Große Trauer um einen Ausnahmeschauspieler
Der plötzliche Tod des Charakterdarstellers, der zuletzt im österreichischen Erl in Tirol lebte, löste in der gesamten Film- und Fernsehbranche tiefe Betroffenheit aus. Held prägte über Jahrzehnte hinweg das deutsche Abendprogramm mit seiner unverwechselbaren, präzisen Spielweise und seiner scharfen Aussprache.
Besonders als TV-Ermittler in den großen Samstagskrimis war der gebürtige Münchner ein Millionenpublikum vertraut. Seit 2010 spielte er in der Reihe „Stralsund“ den spröden, loyalen Kommissar Karl Hidde. Fast zeitgleich übernahm er 2014 in „München Mord“ die Rolle des empathischen, unkonventionellen Ermittlers Ludwig Schaller, für die er im selben Jahr den Bayerischen Fernsehpreis erhielt.

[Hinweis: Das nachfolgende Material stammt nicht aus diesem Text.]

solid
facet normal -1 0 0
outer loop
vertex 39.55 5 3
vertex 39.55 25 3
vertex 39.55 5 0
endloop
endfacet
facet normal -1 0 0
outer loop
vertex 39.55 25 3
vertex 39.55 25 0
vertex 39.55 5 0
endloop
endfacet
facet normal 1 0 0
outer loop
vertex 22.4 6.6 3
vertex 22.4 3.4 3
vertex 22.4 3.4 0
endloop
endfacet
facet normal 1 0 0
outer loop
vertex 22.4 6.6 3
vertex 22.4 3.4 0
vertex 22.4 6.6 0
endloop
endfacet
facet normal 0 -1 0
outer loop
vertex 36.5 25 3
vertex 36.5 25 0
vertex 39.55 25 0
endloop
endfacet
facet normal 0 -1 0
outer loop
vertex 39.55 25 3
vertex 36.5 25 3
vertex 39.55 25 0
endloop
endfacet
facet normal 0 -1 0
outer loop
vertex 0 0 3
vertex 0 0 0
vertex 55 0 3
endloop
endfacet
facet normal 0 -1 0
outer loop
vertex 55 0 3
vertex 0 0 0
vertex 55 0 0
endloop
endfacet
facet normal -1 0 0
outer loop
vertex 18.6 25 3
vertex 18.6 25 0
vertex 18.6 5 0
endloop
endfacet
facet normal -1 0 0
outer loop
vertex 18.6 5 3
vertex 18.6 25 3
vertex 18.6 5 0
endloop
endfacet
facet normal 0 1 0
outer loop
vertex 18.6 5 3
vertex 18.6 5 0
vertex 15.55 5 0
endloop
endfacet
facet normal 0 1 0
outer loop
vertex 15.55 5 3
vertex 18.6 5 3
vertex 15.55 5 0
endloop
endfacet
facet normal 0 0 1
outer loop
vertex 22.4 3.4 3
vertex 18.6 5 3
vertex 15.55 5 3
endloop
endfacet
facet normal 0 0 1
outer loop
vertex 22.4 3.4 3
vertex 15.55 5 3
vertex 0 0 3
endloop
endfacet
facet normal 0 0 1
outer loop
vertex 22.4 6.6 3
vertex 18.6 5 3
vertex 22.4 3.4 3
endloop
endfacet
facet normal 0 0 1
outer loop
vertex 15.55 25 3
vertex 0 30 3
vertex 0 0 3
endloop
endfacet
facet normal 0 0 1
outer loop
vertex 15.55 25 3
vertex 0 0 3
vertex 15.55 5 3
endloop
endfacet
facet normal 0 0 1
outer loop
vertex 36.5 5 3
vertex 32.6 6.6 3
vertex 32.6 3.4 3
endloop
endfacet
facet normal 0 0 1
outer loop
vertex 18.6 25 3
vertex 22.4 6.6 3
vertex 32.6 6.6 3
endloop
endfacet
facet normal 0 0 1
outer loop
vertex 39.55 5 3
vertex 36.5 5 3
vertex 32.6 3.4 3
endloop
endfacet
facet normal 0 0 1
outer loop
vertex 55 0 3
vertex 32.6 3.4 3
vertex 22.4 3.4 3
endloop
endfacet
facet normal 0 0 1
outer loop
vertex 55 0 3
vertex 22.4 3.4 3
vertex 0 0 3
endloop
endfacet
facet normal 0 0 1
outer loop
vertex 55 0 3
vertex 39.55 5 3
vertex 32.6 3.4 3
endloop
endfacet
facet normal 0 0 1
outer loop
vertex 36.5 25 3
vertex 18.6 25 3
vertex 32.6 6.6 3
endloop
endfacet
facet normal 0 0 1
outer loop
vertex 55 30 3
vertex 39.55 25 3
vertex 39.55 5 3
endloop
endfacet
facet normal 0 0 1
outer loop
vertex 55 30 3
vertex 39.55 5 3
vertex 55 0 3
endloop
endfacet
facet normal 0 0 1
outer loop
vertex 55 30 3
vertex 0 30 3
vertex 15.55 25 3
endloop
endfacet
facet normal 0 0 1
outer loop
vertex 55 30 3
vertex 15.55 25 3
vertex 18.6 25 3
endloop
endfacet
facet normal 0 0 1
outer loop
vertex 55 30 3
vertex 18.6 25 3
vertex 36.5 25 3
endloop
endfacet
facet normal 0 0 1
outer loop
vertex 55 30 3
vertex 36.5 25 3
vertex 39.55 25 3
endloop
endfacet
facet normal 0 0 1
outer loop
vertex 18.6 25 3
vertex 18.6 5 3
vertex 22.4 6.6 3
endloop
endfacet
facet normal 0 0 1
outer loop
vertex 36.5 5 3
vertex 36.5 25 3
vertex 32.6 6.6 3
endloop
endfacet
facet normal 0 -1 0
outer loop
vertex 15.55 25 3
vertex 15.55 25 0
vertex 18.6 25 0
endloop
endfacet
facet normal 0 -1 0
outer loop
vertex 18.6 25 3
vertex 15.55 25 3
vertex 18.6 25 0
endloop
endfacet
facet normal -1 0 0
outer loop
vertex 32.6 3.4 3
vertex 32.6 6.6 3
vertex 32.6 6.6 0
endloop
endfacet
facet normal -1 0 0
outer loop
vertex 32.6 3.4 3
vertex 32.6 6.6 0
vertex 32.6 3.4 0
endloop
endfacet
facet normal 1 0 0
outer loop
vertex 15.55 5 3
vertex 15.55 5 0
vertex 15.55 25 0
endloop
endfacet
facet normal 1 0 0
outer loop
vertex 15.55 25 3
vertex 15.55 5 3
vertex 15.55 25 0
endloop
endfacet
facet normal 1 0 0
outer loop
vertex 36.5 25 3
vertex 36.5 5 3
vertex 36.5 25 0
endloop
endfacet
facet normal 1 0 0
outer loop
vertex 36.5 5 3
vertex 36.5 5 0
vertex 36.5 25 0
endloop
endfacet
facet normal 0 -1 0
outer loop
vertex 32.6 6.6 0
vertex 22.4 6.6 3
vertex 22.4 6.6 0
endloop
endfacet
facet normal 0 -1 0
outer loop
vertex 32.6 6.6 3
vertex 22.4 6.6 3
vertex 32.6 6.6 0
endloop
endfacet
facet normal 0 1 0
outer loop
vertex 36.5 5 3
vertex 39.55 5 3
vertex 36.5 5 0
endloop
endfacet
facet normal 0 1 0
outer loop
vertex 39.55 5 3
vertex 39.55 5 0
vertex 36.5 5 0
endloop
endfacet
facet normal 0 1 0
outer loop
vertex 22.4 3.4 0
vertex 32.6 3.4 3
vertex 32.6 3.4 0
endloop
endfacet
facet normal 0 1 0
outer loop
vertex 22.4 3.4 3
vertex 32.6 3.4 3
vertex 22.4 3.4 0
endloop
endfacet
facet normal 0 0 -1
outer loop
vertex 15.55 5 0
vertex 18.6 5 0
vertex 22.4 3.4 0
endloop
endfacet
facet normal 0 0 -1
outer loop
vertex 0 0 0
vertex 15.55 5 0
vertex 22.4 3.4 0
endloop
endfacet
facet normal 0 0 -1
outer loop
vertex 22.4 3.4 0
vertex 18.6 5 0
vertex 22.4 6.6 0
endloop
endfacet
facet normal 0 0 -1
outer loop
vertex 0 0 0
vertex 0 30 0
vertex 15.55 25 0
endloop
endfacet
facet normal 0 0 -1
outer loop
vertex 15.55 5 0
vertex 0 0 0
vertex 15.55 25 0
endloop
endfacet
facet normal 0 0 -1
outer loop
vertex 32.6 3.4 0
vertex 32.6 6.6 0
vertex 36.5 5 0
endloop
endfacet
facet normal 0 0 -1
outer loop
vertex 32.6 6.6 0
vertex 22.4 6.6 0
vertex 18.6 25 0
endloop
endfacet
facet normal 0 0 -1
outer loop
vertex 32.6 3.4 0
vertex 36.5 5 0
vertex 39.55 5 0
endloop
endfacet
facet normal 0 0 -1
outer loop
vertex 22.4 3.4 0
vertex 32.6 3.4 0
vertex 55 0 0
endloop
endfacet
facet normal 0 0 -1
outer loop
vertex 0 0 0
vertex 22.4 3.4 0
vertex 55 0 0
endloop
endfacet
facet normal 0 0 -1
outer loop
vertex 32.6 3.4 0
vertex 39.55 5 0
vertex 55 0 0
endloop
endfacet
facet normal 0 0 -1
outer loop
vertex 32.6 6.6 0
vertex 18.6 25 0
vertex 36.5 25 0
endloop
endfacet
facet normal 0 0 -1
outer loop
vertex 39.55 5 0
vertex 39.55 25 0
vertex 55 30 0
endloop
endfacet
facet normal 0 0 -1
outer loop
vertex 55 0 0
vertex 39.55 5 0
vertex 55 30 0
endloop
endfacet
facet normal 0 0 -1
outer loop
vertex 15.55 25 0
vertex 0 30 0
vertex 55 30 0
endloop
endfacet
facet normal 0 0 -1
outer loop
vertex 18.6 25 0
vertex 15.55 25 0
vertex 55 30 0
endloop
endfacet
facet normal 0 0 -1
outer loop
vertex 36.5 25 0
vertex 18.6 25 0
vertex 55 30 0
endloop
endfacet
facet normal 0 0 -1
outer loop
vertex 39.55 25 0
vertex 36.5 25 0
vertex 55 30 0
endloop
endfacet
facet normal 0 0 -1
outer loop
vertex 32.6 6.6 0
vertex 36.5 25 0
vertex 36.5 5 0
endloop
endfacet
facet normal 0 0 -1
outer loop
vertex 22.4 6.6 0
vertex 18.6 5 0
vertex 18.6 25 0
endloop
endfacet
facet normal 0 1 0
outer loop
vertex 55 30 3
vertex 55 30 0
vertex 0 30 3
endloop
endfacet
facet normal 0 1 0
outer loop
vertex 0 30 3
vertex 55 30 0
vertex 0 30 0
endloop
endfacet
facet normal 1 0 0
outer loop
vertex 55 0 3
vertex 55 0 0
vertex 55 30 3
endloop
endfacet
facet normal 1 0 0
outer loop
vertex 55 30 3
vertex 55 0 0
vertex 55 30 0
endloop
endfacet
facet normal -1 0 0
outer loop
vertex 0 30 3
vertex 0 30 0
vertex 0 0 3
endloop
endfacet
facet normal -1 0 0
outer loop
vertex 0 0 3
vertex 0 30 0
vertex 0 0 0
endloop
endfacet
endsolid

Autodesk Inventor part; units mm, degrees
ref_plane "YZ Plane" through (0, 0, 0) normal (1, 0, 0) x (0, 1, 0)
ref_plane "XZ Plane" through (0, 0, 0) normal (0, 1, 0) x (-1, 0, 0)
ref_plane "XY Plane" through (0, 0, 0) normal (0, 0, 1) x (1, 0, 0)
sketch "Sketch1" plane through (0, 0, 0) normal (0, 0, 1) x (1, 0, 0)
  line L0 (0, 0) -> (55, 0)
  line L1 (55, 0) -> (55, 30)
  line L2 (55, 30) -> (0, 30)
  line L3 (0, 30) -> (0, 0)
  line L4 (36.5, 25) -> (39.55, 25)
  line L5 (39.55, 25) -> (39.55, 5)
  line L6 (39.55, 5) -> (36.5, 5)
  line L7 (36.5, 5) -> (36.5, 25)
  line L8 (15.55, 25) -> (18.6, 25)
  line L9 (18.6, 25) -> (18.6, 5)
  line L10 (18.6, 5) -> (15.55, 5)
  line L11 (15.55, 5) -> (15.55, 25)
  line L12 (44.5, 25) -> (47.55, 25)
  line L13 (47.55, 25) -> (47.55, 5)
  line L14 (47.55, 5) -> (44.5, 5)
  line L15 (44.5, 5) -> (44.5, 25)
  point P0 (15.55, 15)
  point P1 (0, 15)
  point P2 (36.5, 15)
  point P3 (17.075, 5)
  point P4 (27.5, 30)
  dimension "d0" = 55
  dimension "d1" = 30
  dimension "d2" = 3.05
  dimension "d3" = 3.05
  dimension "d4" = 24
  dimension "d6" = 10
  dimension "d7" = 8.9
  dimension "d16" = 3.05
  dimension "d17" = 32
extrude "Extrusion1" add sketch "Sketch1" along normal blind 3 contours L3 L2 L1 L0 | L12 L13 L14 L15
sketch "Sketch2" plane through (0, 0, 3) normal (0, 0, 1) x (1, 0, 0)
  line L0 (22.4, 6.6) -> (32.6, 6.6)
  line L1 (32.6, 6.6) -> (32.6, 3.4)
  line L2 (32.6, 3.4) -> (22.4, 3.4)
  line L3 (22.4, 3.4) -> (22.4, 6.6)
  line L4 (22.4, 6.6) -> (32.6, 3.4) construction
  line L5 (32.6, 6.6) -> (22.4, 3.4) construction
  line L6 (55, 30) -> (0, 30) projected
  line L7 (0, 0) -> (55, 0) projected
  point P0 (27.5, 5)
  point P1 (27.5, 30)
  point P2 (27.5, 30)
  dimension "d11" = 3.2
  dimension "d12" = 10.2
  dimension "d15" = 5
extrude "Extrusion2" cut sketch "Sketch2" against normal blind 3
properties part number "Moving_rail"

Das ZDF, für das Held bis zuletzt vor der Kamera stand, fand bewegende Worte zum Abschied. Frank Zervos, Leiter der Hauptredaktion Fernsehfilm/Serie I und Stellvertretender Programmdirektor, erklärte:
„Wir sind sehr traurig. Wenn ich an Alexander Held denke, dann denke ich an seinen hintergründigen, melancholischen Blick, der seinem Spiel eine philosophische Note gab und an seinen feinen Humor, mit dem er seine Rollen ausstattete. Alexander Held wird dem Film und Fernsehen sehr fehlen.“
Von den Regensburger Domspatzen nach Hollywood
Der Lebensweg von Alexander Held begann im Oktober 1958 als Sohn des Schauspielers José Held und der Hausfrau Sophie Held. Vor seiner Schauspielkarriere zeigte er ganz andere Talente: Er war Solosänger bei den Regensburger Domspatzen und feierte als Jugendfußballer mit dem TSV 1860 München fünf Meisterschaften.
Nach seiner Ausbildung an der Münchner Otto-Falckenberg-Schule und Stationen an bedeutenden Theaterbühnen wie den Münchner Kammerspielen und den Salzburger Festspielen folgte der Wechsel zum Film. Held stand für über 160 Produktionen vor der Kamera. Seine enorme Bandbreite führte ihn von Steven Spielbergs Hollywood-Epos „Schindlers Liste“ bis hin zu deutschen Kinohits wie „Der Schuh des Manitu“ und „Der Untergang“.
Programmänderungen im Fernsehen angekündigt
Aufgrund des unerwarteten Todes wird das Fernsehprogramm kurzfristig angepasst, um das Lebenswerk des Schauspielers zu würdigen. Fans haben in den kommenden Tagen mehrfach die Gelegenheit, Alexander Held in seinen Paraderollen zu sehen.
ZDFneo strahlt bereits am heutigen Dienstag, den 19. Mai 2026, ab 20:15 Uhr zwei Folgen der Krimi-Reihe „Stralsund“ aus – gestartet wird mit der Episode „Waffenbrüder“, gefolgt von „Die rote Linie“ um 21:45 Uhr. Am Mittwoch, den 20. Mai 2026, folgt um 20:15 Uhr im ZDF-Hauptprogramm der Film „München Mord – Das Kamel und die Blume“, der ab sofort auch im Streaming-Portal des Senders abrufbar ist.